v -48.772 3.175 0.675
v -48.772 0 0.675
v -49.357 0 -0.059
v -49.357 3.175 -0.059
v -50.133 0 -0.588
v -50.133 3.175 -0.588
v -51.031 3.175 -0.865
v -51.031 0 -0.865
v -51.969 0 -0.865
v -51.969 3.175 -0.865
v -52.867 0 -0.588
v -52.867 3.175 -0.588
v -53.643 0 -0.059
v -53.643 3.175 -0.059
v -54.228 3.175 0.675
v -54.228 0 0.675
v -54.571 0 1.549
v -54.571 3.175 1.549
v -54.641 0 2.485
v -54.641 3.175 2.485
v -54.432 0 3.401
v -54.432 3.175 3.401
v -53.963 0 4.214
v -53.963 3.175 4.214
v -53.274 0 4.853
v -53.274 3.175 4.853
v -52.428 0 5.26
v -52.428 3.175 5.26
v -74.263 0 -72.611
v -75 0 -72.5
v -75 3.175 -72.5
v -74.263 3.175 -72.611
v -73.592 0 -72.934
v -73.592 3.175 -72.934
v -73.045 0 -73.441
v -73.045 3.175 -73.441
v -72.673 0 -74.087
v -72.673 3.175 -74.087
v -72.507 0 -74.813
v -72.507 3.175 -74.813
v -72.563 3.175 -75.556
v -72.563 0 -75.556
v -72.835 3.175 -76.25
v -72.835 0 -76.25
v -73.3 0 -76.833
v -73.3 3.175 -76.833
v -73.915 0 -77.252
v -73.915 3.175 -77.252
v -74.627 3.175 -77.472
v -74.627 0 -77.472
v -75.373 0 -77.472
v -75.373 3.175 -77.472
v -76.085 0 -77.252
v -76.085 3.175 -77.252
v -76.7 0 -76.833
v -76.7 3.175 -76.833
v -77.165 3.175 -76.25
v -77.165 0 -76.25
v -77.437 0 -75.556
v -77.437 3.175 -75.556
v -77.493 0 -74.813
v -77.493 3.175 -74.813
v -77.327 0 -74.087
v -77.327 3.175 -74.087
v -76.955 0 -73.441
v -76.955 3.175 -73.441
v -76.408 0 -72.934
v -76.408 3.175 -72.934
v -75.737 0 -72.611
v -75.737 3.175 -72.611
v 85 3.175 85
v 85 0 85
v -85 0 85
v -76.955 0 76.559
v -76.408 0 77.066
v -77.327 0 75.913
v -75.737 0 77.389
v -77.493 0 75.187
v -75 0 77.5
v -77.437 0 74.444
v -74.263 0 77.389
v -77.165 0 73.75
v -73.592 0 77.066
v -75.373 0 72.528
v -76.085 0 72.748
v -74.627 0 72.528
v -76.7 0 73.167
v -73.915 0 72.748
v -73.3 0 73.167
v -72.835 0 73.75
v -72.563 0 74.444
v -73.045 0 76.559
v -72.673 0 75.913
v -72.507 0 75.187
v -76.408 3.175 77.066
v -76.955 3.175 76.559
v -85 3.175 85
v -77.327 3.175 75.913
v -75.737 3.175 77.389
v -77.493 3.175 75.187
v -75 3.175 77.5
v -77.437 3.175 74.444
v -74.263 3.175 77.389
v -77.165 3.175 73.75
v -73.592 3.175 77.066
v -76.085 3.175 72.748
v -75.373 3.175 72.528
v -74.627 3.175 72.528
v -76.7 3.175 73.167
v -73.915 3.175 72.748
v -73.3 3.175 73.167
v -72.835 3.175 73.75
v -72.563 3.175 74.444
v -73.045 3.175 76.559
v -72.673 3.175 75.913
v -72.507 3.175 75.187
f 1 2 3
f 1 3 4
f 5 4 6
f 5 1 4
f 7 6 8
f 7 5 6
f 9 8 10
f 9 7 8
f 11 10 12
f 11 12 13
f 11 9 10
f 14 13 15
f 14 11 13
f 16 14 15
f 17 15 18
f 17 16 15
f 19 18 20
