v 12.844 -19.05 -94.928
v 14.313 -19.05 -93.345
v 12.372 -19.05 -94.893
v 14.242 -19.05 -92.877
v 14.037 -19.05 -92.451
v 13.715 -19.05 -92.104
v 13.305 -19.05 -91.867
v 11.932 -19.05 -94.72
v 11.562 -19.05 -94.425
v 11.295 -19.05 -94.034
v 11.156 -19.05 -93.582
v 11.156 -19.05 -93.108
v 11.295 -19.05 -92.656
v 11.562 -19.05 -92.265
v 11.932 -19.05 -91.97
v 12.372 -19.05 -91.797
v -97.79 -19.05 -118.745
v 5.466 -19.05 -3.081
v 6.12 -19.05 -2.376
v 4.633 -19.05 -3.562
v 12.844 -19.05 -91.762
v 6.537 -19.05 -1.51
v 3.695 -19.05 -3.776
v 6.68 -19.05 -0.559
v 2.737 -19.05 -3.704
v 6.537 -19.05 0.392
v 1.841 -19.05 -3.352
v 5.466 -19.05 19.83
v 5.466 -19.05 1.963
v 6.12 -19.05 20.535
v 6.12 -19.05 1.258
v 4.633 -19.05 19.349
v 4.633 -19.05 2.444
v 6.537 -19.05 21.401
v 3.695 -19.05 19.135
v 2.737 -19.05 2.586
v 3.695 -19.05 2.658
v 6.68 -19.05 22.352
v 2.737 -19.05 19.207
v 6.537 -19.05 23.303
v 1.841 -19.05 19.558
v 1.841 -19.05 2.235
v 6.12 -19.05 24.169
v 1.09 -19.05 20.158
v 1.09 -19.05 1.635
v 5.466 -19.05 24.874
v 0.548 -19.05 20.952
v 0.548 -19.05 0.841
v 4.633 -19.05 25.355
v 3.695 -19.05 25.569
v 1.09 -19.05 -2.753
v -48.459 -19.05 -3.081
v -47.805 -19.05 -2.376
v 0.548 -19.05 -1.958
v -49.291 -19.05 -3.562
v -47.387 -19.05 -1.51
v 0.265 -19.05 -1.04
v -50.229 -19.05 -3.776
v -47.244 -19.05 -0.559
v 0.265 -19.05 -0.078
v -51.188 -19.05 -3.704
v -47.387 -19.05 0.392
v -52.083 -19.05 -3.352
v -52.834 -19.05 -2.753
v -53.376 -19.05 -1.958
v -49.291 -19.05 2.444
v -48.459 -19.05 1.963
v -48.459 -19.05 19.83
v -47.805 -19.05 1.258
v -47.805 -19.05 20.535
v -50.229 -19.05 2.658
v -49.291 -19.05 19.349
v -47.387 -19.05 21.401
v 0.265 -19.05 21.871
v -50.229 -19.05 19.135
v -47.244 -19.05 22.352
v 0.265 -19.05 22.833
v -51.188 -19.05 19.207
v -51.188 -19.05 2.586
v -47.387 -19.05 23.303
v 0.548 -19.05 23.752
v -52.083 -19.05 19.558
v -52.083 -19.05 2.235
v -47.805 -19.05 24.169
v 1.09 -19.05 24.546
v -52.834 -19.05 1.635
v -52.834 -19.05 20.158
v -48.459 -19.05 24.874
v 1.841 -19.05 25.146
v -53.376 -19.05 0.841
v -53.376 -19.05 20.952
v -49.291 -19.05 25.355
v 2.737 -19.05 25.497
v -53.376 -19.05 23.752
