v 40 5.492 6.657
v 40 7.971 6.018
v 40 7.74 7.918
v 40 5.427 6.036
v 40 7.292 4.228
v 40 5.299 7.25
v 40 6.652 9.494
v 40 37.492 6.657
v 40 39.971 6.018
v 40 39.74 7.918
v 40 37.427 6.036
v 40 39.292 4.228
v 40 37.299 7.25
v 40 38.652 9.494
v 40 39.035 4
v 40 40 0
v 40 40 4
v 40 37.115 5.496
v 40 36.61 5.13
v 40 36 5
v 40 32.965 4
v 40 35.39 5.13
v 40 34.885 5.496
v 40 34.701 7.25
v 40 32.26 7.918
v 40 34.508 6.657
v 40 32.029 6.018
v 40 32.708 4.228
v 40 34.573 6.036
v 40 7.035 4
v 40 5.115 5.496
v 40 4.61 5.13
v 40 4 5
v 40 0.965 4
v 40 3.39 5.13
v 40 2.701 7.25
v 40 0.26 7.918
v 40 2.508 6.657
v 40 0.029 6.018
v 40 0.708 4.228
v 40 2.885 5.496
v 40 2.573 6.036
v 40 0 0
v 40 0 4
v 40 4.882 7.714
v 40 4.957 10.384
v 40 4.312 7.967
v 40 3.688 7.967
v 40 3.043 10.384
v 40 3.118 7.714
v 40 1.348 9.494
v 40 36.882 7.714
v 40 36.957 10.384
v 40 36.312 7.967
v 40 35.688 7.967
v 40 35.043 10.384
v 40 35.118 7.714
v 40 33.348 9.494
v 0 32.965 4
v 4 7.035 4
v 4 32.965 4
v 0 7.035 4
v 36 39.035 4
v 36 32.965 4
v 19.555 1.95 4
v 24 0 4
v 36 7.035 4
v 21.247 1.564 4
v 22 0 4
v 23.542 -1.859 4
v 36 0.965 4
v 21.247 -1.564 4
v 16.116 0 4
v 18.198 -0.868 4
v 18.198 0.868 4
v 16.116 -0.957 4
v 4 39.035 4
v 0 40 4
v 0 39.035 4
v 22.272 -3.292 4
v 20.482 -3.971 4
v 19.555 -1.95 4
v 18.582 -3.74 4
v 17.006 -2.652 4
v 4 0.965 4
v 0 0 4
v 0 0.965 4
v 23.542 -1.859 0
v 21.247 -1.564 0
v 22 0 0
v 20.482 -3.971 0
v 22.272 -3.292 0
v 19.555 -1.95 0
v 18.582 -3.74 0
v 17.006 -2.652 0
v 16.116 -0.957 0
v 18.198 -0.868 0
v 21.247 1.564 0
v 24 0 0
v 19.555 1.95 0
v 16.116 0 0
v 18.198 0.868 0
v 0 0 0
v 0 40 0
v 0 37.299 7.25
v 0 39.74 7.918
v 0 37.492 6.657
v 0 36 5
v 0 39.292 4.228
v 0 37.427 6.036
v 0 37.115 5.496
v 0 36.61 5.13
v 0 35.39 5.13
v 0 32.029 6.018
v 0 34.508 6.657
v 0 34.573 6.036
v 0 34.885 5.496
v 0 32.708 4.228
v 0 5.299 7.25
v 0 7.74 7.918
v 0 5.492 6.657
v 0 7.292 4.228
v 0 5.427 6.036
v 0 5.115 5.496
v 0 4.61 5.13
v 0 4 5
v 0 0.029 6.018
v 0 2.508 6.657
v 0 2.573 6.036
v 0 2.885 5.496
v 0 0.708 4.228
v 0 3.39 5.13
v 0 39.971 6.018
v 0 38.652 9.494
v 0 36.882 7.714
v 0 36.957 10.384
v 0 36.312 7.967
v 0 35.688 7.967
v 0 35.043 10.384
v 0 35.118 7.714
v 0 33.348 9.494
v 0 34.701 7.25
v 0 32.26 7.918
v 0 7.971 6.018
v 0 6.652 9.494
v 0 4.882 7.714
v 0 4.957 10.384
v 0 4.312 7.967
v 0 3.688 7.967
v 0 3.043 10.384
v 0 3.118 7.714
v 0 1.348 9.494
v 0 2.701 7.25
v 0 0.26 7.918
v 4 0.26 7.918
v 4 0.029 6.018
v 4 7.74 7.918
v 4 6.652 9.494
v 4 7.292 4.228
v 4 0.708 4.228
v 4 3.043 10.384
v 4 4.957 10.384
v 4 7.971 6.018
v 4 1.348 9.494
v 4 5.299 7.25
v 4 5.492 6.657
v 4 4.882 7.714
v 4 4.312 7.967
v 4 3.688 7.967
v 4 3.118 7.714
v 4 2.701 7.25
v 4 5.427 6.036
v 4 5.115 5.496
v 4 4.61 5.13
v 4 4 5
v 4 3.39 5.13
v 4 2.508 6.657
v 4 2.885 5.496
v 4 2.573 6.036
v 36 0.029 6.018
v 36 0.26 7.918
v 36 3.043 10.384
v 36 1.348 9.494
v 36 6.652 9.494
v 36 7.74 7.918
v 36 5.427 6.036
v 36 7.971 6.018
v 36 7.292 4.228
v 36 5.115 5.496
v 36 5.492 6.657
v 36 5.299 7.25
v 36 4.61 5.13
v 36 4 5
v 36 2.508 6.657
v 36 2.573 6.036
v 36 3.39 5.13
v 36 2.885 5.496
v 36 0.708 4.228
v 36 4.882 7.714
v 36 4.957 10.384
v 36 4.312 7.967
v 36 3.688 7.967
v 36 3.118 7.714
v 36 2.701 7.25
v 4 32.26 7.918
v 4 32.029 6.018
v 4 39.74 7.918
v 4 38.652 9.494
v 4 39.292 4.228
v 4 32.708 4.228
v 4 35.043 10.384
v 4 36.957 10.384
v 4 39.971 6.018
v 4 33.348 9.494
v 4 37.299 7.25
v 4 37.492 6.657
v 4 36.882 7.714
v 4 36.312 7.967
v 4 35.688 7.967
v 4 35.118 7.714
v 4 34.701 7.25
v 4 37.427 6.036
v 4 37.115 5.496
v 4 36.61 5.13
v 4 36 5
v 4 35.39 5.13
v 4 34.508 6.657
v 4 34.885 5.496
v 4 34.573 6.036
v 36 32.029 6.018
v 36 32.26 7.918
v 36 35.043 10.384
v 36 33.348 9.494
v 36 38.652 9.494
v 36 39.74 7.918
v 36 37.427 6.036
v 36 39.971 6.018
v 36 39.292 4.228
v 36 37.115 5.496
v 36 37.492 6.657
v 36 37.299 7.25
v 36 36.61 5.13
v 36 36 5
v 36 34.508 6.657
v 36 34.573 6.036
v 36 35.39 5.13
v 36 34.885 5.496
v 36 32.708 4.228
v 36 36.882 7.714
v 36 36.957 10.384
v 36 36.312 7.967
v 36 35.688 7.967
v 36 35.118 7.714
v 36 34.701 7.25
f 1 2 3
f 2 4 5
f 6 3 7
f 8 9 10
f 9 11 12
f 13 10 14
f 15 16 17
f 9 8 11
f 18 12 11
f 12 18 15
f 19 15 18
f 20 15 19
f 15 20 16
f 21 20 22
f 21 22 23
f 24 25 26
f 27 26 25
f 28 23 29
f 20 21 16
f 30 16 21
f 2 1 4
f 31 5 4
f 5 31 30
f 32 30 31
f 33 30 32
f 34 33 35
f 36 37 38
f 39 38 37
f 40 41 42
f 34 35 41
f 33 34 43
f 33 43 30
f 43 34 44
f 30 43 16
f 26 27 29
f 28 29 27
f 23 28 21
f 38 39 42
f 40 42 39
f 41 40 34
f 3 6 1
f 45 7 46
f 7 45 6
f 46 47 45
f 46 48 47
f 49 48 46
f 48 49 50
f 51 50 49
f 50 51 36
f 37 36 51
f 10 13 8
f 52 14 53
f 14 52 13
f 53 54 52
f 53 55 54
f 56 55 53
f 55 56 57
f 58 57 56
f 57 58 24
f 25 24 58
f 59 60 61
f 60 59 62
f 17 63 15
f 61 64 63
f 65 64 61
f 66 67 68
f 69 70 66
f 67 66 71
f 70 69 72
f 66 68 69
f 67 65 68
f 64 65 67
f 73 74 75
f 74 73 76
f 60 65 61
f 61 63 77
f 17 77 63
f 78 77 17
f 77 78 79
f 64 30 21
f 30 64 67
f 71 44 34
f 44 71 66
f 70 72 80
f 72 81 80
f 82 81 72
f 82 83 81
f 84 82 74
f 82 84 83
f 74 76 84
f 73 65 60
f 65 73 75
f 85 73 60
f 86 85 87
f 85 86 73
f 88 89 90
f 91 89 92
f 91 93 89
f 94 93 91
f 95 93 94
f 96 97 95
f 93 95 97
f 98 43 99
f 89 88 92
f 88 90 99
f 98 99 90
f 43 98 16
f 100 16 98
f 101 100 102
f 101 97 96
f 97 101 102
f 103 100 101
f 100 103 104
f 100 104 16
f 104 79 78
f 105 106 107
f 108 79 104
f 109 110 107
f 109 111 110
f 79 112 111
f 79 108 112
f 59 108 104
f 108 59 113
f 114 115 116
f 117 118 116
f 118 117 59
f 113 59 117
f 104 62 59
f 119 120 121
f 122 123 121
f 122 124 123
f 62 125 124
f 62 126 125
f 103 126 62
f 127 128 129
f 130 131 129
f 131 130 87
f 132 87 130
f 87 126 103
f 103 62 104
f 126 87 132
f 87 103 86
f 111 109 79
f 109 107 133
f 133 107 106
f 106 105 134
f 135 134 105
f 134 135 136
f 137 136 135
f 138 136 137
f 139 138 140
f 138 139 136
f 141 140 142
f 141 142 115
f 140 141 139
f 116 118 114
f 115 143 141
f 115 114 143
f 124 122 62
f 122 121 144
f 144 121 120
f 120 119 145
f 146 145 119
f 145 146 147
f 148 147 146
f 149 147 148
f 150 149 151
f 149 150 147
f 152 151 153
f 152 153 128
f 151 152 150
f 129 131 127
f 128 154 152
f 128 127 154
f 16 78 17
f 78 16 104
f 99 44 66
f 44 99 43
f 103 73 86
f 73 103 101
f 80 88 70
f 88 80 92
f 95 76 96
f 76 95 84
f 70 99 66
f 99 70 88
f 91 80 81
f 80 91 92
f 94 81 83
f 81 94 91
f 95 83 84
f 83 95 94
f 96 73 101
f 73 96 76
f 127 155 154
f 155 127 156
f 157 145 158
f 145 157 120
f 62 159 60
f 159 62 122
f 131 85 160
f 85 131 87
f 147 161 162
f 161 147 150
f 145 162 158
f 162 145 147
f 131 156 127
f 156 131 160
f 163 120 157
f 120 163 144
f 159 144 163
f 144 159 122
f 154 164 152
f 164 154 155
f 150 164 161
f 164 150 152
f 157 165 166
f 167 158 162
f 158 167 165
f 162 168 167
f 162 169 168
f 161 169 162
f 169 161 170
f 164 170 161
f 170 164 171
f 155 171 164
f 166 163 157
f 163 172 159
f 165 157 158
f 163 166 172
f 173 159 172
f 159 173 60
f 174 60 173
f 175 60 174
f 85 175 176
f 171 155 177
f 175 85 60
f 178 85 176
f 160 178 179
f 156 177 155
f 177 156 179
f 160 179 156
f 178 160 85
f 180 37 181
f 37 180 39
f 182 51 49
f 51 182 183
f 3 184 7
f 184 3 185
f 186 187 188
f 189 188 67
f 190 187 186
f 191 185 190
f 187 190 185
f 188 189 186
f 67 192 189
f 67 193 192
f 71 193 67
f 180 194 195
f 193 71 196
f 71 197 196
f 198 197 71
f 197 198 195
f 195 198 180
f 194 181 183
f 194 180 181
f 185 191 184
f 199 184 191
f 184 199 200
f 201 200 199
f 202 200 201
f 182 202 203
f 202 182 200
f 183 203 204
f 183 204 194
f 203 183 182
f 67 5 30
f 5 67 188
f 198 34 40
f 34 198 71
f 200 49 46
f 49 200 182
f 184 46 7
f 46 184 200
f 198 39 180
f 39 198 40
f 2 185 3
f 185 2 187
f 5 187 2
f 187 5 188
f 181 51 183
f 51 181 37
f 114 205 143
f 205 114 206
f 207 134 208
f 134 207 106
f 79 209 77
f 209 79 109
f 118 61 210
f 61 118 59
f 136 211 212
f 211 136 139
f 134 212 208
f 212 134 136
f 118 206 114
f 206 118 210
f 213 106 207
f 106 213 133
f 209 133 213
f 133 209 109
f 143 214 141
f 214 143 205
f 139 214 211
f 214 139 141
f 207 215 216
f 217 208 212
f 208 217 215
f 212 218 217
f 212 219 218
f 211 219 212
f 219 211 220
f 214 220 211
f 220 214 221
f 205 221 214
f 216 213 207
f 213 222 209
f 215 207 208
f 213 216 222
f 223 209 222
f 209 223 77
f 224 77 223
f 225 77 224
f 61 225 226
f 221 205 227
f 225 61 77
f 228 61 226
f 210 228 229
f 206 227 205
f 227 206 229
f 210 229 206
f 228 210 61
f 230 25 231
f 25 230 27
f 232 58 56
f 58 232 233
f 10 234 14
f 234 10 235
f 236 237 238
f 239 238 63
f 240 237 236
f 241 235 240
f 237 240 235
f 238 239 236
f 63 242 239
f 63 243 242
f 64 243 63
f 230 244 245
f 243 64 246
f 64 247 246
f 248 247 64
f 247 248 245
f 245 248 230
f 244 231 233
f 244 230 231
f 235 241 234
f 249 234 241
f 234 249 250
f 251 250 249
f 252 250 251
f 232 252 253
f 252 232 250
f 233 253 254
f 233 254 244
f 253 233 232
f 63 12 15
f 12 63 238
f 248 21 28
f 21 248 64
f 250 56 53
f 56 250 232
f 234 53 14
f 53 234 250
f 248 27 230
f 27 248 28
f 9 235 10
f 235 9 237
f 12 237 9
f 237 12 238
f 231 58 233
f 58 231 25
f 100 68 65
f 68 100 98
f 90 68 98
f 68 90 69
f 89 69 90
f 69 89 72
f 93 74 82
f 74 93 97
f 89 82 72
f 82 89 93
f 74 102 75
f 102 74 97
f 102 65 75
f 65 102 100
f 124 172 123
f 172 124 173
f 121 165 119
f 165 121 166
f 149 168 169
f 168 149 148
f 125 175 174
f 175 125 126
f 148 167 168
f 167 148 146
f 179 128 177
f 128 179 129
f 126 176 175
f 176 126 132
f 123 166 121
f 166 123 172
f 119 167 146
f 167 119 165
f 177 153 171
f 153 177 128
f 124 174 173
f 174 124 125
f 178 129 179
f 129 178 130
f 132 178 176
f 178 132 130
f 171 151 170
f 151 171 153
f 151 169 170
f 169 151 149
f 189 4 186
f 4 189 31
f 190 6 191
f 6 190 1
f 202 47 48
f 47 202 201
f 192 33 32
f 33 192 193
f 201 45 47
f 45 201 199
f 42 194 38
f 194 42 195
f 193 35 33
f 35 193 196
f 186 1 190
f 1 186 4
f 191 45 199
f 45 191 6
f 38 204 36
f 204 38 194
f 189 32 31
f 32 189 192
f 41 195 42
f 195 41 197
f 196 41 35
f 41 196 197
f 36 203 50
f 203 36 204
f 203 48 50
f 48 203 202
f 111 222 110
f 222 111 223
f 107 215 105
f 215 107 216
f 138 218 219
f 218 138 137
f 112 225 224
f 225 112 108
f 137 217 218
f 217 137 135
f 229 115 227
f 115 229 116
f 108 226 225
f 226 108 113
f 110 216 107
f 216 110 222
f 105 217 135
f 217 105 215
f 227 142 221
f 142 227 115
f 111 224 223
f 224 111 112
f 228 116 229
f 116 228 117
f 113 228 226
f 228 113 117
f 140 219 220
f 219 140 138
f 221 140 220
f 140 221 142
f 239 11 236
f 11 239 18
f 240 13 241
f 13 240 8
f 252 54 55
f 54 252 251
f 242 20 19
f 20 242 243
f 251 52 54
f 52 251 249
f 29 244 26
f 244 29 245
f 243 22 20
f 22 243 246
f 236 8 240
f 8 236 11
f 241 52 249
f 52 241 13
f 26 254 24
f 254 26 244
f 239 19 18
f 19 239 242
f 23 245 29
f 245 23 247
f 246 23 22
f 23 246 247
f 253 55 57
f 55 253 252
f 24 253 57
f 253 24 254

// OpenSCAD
difference(){
    union(){
        cube([40,40,4]);
        translate([20,0,0]) cylinder(4,4,4);
        
        translate([0,4,6.5]) rotate([0,90,0]) cylinder(4,4,4);
        translate([40-4,4,6.5]) rotate([0,90,0]) cylinder(4,4,4);
        translate([0,40-4,6.5]) rotate([0,90,0]) cylinder(4,4,4);
        translate([40-4,40-4,6.5]) rotate([0,90,0]) cylinder(4,4,4);
   
    };
    union(){
        translate([20,0,0]) cylinder(4,2,2);
        translate([0,4,6.5]) rotate([0,90,0]) cylinder(4,1.5,1.5,$fn=15);
        translate([40-4,4,6.5]) rotate([0,90,0]) cylinder(4,1.5,1.5,$fn=15);
        translate([0,40-4,6.5]) rotate([0,90,0]) cylinder(4,1.5,1.5,$fn=15);
        translate([40-4,40-4,6.5]) rotate([0,90,0]) cylinder(4,1.5,1.5,$fn=15);
    };
};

────────────────────────────────────────

- How to complete this task: As listed above, the lines from the line with "v 18.198 -0.868 0" to the line with "v 0 7.74 7.918" are to be echoed exactly, with both ends included and nothing added.

- Response area:
v 18.198 -0.868 0
v 21.247 1.564 0
v 24 0 0
v 19.555 1.95 0
v 16.116 0 0
v 18.198 0.868 0
v 0 0 0
v 0 40 0
v 0 37.299 7.25
v 0 39.74 7.918
v 0 37.492 6.657
v 0 36 5
v 0 39.292 4.228
v 0 37.427 6.036
v 0 37.115 5.496
v 0 36.61 5.13
v 0 35.39 5.13
v 0 32.029 6.018
v 0 34.508 6.657
v 0 34.573 6.036
v 0 34.885 5.496
v 0 32.708 4.228
v 0 5.299 7.25
v 0 7.74 7.918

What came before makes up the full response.